World Health Organization, Link
Peter Beyer and Joseph Perriëns
This paper provides information on the prices paid by 20 middle-income countries for adult and paediatric formulations of antiretroviral treatments recommended by WHO. It links this information with an analysis of the intellectual property situation of the selected medicines taking into account existing license agreements as well as compulsory licenses, and includes data and general information on a number of other determinants of prices and availability of ARVs, including tariffs, mark ups and taxes, as well as the regulatory status.

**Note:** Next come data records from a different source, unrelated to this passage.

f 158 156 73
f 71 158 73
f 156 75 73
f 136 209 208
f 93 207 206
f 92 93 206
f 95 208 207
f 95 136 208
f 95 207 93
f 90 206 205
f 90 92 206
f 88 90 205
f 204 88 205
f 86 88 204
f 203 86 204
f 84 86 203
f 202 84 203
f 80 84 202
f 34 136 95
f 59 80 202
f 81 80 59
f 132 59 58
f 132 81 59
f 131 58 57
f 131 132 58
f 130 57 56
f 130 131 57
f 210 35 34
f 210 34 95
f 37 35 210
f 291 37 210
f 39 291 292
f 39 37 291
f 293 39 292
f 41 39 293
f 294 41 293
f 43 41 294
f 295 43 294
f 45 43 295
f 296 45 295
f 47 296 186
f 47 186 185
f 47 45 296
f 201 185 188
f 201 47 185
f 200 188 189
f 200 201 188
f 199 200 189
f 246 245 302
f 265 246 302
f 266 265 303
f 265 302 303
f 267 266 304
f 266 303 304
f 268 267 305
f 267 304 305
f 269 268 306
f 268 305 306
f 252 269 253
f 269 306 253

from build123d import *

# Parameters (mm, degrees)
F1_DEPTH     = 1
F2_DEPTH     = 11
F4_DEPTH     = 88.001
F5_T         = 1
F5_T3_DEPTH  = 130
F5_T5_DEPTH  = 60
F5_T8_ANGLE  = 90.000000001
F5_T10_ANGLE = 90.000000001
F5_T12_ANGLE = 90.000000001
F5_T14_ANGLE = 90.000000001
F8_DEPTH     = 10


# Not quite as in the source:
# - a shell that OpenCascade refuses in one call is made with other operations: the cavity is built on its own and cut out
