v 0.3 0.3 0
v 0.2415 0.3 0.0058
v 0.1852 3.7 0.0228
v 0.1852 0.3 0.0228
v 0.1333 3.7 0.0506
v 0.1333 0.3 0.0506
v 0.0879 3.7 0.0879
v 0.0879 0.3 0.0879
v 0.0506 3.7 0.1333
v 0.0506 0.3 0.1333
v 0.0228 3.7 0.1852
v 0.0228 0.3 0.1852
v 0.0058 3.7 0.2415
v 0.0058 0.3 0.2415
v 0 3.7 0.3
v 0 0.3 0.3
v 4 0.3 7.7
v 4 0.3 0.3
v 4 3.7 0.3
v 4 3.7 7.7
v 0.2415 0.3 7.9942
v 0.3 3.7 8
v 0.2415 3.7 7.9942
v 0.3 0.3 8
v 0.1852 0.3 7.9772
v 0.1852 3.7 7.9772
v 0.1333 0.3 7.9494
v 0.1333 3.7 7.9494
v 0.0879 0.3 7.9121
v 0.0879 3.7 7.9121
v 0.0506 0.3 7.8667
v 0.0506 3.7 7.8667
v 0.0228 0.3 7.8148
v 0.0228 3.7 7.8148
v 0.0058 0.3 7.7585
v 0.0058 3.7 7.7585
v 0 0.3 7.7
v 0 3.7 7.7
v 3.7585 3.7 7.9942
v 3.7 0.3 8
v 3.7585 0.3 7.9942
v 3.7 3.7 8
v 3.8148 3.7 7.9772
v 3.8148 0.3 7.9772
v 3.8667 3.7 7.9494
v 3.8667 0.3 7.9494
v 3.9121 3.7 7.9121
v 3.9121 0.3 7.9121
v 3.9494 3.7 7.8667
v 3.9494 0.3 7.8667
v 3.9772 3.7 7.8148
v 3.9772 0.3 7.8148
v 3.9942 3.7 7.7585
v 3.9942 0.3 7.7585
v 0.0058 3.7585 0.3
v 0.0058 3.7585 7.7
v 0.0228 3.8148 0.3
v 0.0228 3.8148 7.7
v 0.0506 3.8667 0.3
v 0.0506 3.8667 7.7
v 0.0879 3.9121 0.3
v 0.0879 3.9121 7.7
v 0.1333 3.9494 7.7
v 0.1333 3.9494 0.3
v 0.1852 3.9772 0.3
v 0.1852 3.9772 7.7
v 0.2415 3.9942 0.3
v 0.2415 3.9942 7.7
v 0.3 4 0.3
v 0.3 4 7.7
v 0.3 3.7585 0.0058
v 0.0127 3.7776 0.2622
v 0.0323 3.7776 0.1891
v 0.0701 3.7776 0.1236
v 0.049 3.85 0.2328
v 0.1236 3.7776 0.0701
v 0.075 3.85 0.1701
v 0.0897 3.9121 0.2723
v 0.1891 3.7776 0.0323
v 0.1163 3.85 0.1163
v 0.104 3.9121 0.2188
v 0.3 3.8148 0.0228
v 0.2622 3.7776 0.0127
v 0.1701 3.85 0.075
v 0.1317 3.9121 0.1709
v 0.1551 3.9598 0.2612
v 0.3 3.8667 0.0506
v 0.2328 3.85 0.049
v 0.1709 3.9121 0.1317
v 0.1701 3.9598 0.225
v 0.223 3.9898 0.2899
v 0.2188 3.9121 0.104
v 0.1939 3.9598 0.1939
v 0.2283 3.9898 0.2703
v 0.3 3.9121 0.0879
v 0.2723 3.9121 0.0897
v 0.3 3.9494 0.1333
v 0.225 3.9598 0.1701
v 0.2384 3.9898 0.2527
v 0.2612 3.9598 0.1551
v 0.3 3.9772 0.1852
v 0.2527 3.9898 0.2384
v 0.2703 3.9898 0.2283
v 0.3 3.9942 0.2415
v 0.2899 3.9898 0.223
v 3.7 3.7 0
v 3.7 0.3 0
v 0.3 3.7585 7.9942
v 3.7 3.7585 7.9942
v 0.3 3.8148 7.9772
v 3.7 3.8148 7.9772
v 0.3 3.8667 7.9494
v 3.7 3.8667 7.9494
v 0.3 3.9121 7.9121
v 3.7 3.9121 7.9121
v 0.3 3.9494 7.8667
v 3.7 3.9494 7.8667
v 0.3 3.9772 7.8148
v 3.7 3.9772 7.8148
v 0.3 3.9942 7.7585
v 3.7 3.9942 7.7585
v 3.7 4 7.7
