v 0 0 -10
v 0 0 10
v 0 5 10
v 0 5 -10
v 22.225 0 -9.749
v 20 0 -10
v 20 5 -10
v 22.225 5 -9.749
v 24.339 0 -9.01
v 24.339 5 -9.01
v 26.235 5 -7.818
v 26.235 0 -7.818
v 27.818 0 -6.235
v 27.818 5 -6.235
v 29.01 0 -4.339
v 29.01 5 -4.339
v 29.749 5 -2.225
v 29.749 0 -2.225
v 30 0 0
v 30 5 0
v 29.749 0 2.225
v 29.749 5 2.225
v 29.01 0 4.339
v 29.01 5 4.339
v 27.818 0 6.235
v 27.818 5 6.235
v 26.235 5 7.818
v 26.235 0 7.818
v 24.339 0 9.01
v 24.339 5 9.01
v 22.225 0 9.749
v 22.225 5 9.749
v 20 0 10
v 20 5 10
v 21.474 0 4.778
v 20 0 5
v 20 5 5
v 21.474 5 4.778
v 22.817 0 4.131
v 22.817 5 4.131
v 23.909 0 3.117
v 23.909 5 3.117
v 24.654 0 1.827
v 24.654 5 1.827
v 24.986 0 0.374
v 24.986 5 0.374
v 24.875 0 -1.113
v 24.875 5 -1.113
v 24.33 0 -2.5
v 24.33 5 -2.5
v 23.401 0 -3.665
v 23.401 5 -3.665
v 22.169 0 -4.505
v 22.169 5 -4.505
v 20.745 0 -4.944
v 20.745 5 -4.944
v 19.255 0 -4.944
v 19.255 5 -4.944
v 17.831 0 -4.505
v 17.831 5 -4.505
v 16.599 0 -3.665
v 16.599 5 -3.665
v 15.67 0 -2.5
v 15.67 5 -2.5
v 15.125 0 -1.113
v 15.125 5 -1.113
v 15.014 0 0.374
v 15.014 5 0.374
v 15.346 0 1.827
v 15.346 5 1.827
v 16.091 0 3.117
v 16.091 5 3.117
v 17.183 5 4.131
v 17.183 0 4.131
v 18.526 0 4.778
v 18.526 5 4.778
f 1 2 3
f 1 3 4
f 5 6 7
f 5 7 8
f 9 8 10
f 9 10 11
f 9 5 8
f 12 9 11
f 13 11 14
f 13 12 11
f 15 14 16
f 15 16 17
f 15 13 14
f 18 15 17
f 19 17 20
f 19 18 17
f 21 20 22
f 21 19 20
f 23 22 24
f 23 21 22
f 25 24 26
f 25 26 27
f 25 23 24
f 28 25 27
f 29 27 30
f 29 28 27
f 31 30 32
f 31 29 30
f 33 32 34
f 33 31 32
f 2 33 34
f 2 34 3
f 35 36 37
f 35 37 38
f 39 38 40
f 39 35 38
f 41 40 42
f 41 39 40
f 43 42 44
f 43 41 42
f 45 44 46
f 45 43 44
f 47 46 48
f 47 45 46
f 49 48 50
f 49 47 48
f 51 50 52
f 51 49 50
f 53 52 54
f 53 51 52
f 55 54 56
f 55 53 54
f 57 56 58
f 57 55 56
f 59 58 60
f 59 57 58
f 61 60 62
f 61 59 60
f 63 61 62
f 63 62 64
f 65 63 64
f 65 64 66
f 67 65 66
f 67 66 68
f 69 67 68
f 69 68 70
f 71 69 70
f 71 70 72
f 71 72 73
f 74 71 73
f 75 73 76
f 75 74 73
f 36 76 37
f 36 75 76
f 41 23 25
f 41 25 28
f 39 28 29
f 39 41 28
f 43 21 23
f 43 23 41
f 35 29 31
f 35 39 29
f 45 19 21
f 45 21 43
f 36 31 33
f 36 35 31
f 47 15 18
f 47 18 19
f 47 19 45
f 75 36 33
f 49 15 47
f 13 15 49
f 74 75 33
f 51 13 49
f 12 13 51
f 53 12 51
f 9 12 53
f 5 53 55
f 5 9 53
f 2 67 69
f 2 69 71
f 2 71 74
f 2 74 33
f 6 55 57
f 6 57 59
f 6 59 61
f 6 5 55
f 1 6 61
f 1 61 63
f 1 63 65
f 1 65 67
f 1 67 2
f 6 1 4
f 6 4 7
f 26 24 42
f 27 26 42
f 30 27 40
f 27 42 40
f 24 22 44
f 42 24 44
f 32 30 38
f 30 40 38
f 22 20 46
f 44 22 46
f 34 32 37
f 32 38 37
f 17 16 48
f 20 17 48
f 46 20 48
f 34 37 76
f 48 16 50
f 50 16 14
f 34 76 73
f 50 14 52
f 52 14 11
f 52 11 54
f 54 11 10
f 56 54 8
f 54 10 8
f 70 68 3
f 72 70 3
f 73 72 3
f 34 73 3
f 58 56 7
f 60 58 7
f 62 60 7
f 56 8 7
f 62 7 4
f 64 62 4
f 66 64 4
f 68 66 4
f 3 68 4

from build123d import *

# Parameters (mm, degrees)
SKETCH1_R           = 5
BOSS_EXTRUDE1_DEPTH = 5


with BuildPart() as part:
    # Sketch1 → Boss-Extrude1 (new body)
    with BuildSketch(Plane(origin=(0, 0, 0), x_dir=(1, 0, 0), z_dir=(0, 1, 0))):
        with BuildLine():
            Line((0, -10), (0, 10))
            Line((0, 10), (20, 10))
            ThreePointArc((20, 10), (30, 0), (20, -10))
            Line((20, -10), (0, -10))
        make_face()
        with Locations(Location((20, 0, 0), (0, 0, 270))):
            Circle(SKETCH1_R, mode=Mode.SUBTRACT)
    extrude(amount=BOSS_EXTRUDE1_DEPTH)


solid = part.part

This paper was originally developed as a background paper for the Consultation on Access to HIV Medicines in Middle-Income Countries, which was held from 10 to 12 June 2013 in Brasília, Brazil. It focuses on the challenges middle-income countries are facing in accessing affordable HIV treatment. Middle-income countries include a wide array of countries ranging from US$ 1036 to US$ 12 615 GNI per capita.1 For example, the 103 countries that World Bank currently rates as middle-income countries, include 17 least developed countries. This is due to the different selection criteria used. While the World Bank’s main criterion for classifying economies is gross national income (GNI) per capita, the United Nations Committee for Development Policy uses three criteria for identifying countries as least developed countries: gross national income per capita, the human asset index and the economic vulnerability index. This results in a larger number of poor people (living on less than US$ 2 per day) living in middle-income countries than in low-income countries. Due to the increase in national income it is expected that by 2020 the vast majority of people affected by HIV will be living in middle-income countries. International aid and assistance, however, still focuses on low-income countries.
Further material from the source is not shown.